1. there's a conversation about all this stuff, for the several minutes prior to [link to Discord discussion]
2. I'm willing to put in 3-5 hours of work or a small monetary donation to help figure this out next year

and that way WisCon's tech committee can take me up on that when they have a chance to take a breath. Anyone else who is interested, please follow my lead; I know I can't do this alone but together we can make a backchannel 2.0 that suits more people's needs and rises to meet our values.


One thing that came up in oral discussion in a small spontaneous videocall: some people really like the topic-based structure because then they know, for example, if they go into a "video games" channel, it's ok to just start saying stuff about videogames, to have conversations about that, etc. I only realized today how that didn't particularly suit me, because I trust that I'll be able to meet any person at WisCon and have an interesting conversation with them that ranges over various topics, and I want to basically start with the person, not the topic -- connection BEFORE content, not connection-through-content. The way I ended up doing this was by announcing (in the spontaneous meetup channels and in the "lobby"): "hey, I'm holding an impromptu short Jitsi videocall right now for the next 20 minutes, anyone want to talk?" and talking fluidly with the 1-6 people who showed up, about whatever topics came up. There's one day left in the con and perhaps I'll try some experiments to see whether there's a Discord-based channel/home (or whether I could make one) for the kind of conversation I'm talking about.

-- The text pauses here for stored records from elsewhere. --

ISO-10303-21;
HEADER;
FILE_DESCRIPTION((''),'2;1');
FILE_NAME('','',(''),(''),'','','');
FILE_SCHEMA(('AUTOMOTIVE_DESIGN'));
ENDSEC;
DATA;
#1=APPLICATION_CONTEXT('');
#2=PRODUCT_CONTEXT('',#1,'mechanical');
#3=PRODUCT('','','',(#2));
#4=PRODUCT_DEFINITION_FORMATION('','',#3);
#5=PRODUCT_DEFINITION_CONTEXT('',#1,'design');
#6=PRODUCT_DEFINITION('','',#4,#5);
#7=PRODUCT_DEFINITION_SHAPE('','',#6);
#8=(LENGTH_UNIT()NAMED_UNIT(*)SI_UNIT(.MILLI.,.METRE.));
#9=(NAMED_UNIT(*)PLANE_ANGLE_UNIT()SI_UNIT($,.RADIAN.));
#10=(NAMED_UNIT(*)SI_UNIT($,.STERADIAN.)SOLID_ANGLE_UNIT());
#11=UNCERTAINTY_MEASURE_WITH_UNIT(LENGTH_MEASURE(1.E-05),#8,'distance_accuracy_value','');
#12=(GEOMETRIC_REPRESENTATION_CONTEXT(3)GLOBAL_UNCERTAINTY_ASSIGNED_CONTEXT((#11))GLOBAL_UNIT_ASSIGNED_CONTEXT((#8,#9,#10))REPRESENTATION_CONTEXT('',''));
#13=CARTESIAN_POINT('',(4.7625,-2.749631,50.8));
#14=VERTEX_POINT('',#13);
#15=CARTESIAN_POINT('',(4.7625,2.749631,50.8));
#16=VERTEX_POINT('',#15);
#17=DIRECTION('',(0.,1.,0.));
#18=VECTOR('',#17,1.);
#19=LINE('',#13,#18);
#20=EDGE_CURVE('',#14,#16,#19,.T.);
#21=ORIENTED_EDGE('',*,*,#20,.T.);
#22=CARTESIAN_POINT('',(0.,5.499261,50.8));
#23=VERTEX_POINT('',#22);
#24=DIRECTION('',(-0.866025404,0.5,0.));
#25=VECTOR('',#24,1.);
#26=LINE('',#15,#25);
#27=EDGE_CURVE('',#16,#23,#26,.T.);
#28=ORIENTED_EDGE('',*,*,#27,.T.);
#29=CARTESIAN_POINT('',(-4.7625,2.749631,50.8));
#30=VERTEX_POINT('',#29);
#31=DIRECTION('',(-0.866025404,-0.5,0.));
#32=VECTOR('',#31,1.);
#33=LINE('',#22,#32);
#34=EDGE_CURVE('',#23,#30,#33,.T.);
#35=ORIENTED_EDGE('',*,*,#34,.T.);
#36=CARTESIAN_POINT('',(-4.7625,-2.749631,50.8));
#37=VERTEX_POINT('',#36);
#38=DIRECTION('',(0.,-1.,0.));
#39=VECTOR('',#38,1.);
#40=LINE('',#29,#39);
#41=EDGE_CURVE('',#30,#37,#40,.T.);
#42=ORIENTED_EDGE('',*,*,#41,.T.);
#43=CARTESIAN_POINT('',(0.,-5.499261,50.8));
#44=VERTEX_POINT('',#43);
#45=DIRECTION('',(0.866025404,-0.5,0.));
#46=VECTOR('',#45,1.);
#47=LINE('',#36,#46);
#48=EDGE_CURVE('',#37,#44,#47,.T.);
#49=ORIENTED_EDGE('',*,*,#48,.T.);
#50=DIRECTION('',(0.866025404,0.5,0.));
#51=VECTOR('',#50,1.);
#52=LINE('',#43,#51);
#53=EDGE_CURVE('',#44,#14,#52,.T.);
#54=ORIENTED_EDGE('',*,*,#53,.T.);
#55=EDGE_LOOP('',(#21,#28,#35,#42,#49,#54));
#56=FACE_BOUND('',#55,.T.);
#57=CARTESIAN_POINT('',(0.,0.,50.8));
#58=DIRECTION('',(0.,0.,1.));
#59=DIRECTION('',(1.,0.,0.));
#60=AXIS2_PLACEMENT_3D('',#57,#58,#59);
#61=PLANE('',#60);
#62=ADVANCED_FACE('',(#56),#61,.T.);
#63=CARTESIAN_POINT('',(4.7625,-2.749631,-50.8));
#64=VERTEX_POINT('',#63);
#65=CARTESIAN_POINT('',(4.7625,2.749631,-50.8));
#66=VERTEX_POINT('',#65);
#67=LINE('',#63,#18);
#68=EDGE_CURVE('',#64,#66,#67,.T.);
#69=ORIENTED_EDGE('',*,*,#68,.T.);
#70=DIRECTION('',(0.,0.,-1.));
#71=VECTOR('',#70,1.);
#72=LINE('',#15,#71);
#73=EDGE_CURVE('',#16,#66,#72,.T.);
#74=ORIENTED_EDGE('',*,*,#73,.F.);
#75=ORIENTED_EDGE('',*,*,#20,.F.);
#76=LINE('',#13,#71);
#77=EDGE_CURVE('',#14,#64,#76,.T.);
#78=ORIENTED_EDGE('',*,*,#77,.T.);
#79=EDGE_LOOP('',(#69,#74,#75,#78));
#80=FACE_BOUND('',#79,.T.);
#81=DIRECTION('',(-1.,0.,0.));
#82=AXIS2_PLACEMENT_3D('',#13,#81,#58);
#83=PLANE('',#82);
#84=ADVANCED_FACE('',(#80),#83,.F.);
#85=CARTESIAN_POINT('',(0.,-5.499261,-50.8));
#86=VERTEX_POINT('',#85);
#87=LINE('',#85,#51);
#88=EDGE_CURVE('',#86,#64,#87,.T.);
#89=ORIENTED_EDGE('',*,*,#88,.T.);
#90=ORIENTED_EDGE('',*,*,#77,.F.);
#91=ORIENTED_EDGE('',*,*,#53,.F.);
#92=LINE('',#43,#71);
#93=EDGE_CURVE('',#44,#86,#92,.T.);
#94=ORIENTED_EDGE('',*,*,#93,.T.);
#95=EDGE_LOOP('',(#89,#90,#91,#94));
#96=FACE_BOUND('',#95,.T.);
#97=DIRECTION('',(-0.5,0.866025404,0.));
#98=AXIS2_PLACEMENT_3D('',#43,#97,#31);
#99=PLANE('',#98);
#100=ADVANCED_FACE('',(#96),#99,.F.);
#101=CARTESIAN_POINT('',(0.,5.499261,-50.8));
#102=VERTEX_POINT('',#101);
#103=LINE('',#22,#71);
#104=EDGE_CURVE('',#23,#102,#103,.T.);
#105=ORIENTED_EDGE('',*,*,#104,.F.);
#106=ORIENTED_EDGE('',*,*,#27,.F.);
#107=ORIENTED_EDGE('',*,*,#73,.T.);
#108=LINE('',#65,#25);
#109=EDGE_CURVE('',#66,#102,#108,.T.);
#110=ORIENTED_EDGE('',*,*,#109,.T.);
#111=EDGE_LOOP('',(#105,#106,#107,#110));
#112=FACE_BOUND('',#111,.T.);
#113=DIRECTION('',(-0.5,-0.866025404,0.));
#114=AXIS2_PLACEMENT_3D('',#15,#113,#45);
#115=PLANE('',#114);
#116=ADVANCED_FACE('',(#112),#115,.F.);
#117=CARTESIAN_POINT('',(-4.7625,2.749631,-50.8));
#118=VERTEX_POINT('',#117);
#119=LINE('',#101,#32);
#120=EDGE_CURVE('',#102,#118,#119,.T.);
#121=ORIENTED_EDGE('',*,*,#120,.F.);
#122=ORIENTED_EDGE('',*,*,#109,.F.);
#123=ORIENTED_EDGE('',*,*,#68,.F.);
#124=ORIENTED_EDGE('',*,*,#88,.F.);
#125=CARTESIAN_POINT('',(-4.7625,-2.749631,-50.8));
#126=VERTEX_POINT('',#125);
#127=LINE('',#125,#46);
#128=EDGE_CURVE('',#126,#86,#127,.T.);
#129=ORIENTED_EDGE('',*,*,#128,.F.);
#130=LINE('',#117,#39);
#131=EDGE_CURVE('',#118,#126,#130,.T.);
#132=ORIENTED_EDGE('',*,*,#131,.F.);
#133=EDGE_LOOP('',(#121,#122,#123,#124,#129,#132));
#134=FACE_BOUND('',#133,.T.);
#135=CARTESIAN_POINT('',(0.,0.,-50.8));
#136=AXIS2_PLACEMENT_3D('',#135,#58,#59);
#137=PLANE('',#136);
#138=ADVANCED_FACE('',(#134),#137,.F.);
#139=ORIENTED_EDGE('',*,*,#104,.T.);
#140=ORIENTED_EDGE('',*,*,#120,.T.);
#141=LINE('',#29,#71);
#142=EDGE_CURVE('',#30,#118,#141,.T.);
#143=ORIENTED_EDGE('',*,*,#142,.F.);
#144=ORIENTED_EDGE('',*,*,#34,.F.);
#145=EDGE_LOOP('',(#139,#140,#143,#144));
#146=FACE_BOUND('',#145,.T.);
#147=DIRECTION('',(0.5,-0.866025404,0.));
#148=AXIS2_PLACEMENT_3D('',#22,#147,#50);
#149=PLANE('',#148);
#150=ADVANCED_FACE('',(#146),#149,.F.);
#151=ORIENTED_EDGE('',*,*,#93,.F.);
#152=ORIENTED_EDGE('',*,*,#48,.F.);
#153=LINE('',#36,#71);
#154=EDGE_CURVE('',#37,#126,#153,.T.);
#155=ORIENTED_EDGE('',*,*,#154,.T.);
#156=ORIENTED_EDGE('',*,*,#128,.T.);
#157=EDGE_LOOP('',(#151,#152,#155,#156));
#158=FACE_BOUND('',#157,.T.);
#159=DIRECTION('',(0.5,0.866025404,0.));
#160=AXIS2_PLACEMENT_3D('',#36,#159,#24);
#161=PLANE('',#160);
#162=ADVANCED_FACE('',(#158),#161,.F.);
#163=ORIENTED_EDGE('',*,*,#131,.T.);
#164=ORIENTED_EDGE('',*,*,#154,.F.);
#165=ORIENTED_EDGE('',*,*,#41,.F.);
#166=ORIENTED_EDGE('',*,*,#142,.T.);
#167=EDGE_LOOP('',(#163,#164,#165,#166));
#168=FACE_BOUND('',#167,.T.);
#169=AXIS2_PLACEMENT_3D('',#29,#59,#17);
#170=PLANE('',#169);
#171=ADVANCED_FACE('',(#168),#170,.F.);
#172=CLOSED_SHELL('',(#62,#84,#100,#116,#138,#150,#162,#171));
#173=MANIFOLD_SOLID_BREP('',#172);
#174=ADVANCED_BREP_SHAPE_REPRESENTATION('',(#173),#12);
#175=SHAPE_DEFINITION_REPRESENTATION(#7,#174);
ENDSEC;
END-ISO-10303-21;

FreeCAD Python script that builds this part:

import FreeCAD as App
import Part
import Sketcher
Q = App.Units.Quantity

doc = App.newDocument("Part")
params = doc.addObject("Spreadsheet::Sheet", "Params")
for row, (alias, value) in enumerate([
    ("pad1_length", "2 in"),
    ("pad1_length2", "2 in"),
], start=1):
    params.set(f"A{row}", alias)
    params.set(f"B{row}", "=" + value)
    params.setAlias(f"B{row}", alias)

body = doc.addObject("PartDesign::Body", "Body")

# Sketch on XY plane
sketch1 = body.newObject("Sketcher::SketchObject", "Sketch")
sketch1.AttachmentSupport = (doc.getObject("XY_Plane"), [""])
sketch1.MapMode = "FlatFace"
sketch1.addGeometry([
    Part.LineSegment(App.Vector(0, 5, 0), App.Vector(-5, 3, 0)),  # 0
    Part.LineSegment(App.Vector(-5, 3, 0), App.Vector(-5, -3, 0)),  # 1
    Part.LineSegment(App.Vector(-5, -3, 0), App.Vector(0, -5, 0)),  # 2
    Part.LineSegment(App.Vector(0, -5, 0), App.Vector(5, -3, 0)),  # 3
    Part.LineSegment(App.Vector(5, -3, 0), App.Vector(5, 3, 0)),  # 4
    Part.LineSegment(App.Vector(5, 3, 0), App.Vector(0, 5, 0)),  # 5
], False)
sketch1.addConstraint([
    Sketcher.Constraint("Coincident", 0, 2, 1, 1),
    Sketcher.Constraint("Coincident", 1, 2, 2, 1),
    Sketcher.Constraint("Coincident", 2, 2, 3, 1),
    Sketcher.Constraint("Coincident", 3, 2, 4, 1),
    Sketcher.Constraint("Coincident", 4, 2, 5, 1),
    Sketcher.Constraint("Coincident", 5, 2, 0, 1),
    Sketcher.Constraint("Vertical", 1),
    Sketcher.Constraint("Vertical", 4),
    Sketcher.Constraint("Symmetric", 0, 2, 3, 2, -1, 1),
    Sketcher.Constraint("Symmetric", 2, 2, 5, 2, -1, 1),
    Sketcher.Constraint("PointOnObject", 2, 2, -2),
    Sketcher.Constraint("Parallel", 2, 5),
    Sketcher.Constraint("Horizontal", 1, 2, 3, 2),
    Sketcher.Constraint("Angle", 0, Q("-150 deg")),
    Sketcher.Constraint("DistanceX", 0, 2, -1, 1, Q("0.1875 in")),
    Sketcher.Constraint("DistanceY", 1, 2, 1, 1, 5.499261),
])
pad1 = body.newObject("PartDesign::Pad", "Pad")
pad1.Profile = sketch1
pad1.Type = "TwoLengths"
pad1.setExpression("Length", "Params.pad1_length")
pad1.setExpression("Length2", "Params.pad1_length2")

doc.recompute()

What if we did more of this? People also talked about year-round or more frequent WisCon or mini-WisCon events. Again I'll quote/edit what I said:

There needs to be Safety consistently available to moderate the space and help it stay safe. If the current Safety staff say, after this year's con, "it took more people than it usually does, here is how many person-hours it took over the course of 5 days to moderate this" then accounting for that is going to be a key factor in how often this kind of space can exist.

However! WisCon-inspired mini events that WisCon publicizes, like "here are this month's WisCon-inspired events that are indepedently run and organized" would be lower-stakes; 5-10 different book groups, cons, meetups, friend groups, etc. all around the world could take turns hosting online WisCon-ish panels, and discussion in ephemeral spaces (the "ephemeral" is important).

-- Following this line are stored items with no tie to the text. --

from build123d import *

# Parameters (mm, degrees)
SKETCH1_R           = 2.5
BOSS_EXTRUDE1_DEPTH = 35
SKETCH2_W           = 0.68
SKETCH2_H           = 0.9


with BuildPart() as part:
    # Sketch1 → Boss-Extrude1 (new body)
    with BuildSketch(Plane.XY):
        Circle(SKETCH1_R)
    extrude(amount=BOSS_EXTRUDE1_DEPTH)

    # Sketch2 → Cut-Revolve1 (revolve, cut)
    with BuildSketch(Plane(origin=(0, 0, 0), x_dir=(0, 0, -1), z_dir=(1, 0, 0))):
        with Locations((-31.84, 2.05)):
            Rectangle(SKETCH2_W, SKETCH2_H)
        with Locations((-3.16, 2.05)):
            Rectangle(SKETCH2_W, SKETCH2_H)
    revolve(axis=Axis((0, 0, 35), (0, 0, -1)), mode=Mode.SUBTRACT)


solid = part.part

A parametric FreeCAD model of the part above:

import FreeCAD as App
import Part
import Sketcher

V = App.Vector
Q = App.Units.Quantity

doc = App.newDocument("Part")
body = doc.addObject("PartDesign::Body", "Body")

sketch1 = body.newObject("Sketcher::SketchObject", "Sketch")
sketch1.AttachmentSupport = (doc.getObject("XY_Plane"), [""])
sketch1.MapMode = "FlatFace"
sketch1.addGeometry(Part.Circle(V(0, 0, 0), V(0, 0, 1), 2.5), False)
sketch1.addConstraint([
    Sketcher.Constraint("Coincident", 0, 3, -1, 1),
    Sketcher.Constraint("Diameter", 0, Q("5 mm")),
])
pad1 = body.newObject("PartDesign::Pad", "Pad")
pad1.Profile = sketch1
pad1.Length = 35

sketch2 = body.newObject("Sketcher::SketchObject", "Sketch001")
sketch2.AttachmentSupport = (doc.getObject("YZ_Plane"), [""])
sketch2.MapMode = "FlatFace"
sketch2.addGeometry([
    Part.LineSegment(V(2.5, 32.2, 0), V(1.6, 32.2, 0)),
    Part.LineSegment(V(1.6, 32.2, 0), V(1.6, 31.5, 0)),
    Part.LineSegment(V(1.6, 31.5, 0), V(2.5, 31.5, 0)),
    Part.LineSegment(V(2.5, 31.5, 0), V(2.5, 32.2, 0)),
    Part.LineSegment(V(2.5, 3.5, 0), V(1.6, 3.5, 0)),
    Part.LineSegment(V(1.6, 3.5, 0), V(1.6, 2.8, 0)),
    Part.LineSegment(V(1.6, 2.8, 0), V(2.5, 2.8, 0)),
    Part.LineSegment(V(2.5, 2.8, 0), V(2.5, 3.5, 0)),
], False)
sketch2.addConstraint([
    Sketcher.Constraint("Coincident", 0, 2, 1, 1),
    Sketcher.Constraint("Coincident", 1, 2, 2, 1),
    Sketcher.Constraint("Coincident", 2, 2, 3, 1),
    Sketcher.Constraint("Coincident", 3, 2, 0, 1),
    Sketcher.Constraint("Coincident", 4, 2, 5, 1),
    Sketcher.Constraint("Coincident", 5, 2, 6, 1),
    Sketcher.Constraint("Coincident", 6, 2, 7, 1),
    Sketcher.Constraint("Coincident", 7, 2, 4, 1),
    Sketcher.Constraint("Horizontal", 0),
    Sketcher.Constraint("Vertical", 1),
    Sketcher.Constraint("Horizontal", 2),
    Sketcher.Constraint("Vertical", 3),
    Sketcher.Constraint("Horizontal", 4),
    Sketcher.Constraint("Vertical", 5),
    Sketcher.Constraint("Horizontal", 6),
    Sketcher.Constraint("Vertical", 7),
    Sketcher.Constraint("Vertical", 1, 2, 4, 2),
    Sketcher.Constraint("Vertical", 3, 2, 6, 2),
    Sketcher.Constraint("Equal", 3, 5),
    Sketcher.Constraint("DistanceX", 0, 2, 0, 1, Q("0.9 mm")),
    Sketcher.Constraint("DistanceY", 4, 2, 1, 2, Q("28 mm")),
    Sketcher.Constraint("DistanceY", 1, 2, 1, 1, Q("0.68 mm")),
    Sketcher.Constraint("DistanceX", -1, 1, 0, 2, Q("1.6 mm")),
    Sketcher.Constraint("DistanceY", -1, 1, 1, 2, Q("31.5 mm")),
])
groove = body.newObject("PartDesign::Groove", "Groove")
groove.Profile = sketch2
groove.ReferenceAxis = (sketch2, ["V_Axis"])
groove.Angle = 360

doc.recompute()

I love the idea of different meetup groups, book clubs, institutions like the Speculative Literature Foundation, etc. taking on the task of rotating around having WisCon-ish panels/sessions remotely, a few per month, and hosting ephemeral discussion about it -- WisCon could publicize and link to it but not say "this is run by WisCon and will be monitored by WisCon's Safety folks", just, this is an org trying to keep WisCon-y stuff going. Like FOGCon & Think Galacticon stuff -- cross-publicizing.

Otherwise Auction: went all right! I may have more thoughts later. This was meant to be a quick post. Very grateful to everyone who donated, helped work on the auction, bid, and/or laughed/enjoyed!

Next year's guests: People who read this journal may know that I am kind of a Zen Cho superfan and am extremely excited that she is one of next year's Guests of Honor. I have emailed in and nominated her for WisCon GoH a few times now. At Penguicon a few years ago I proposed and led a Zen Cho appreciation session that ended up just being me monologuing about themes in her work for 45 minute. Thus: I will be proposing some panels for WisCon 45 as soon as I can.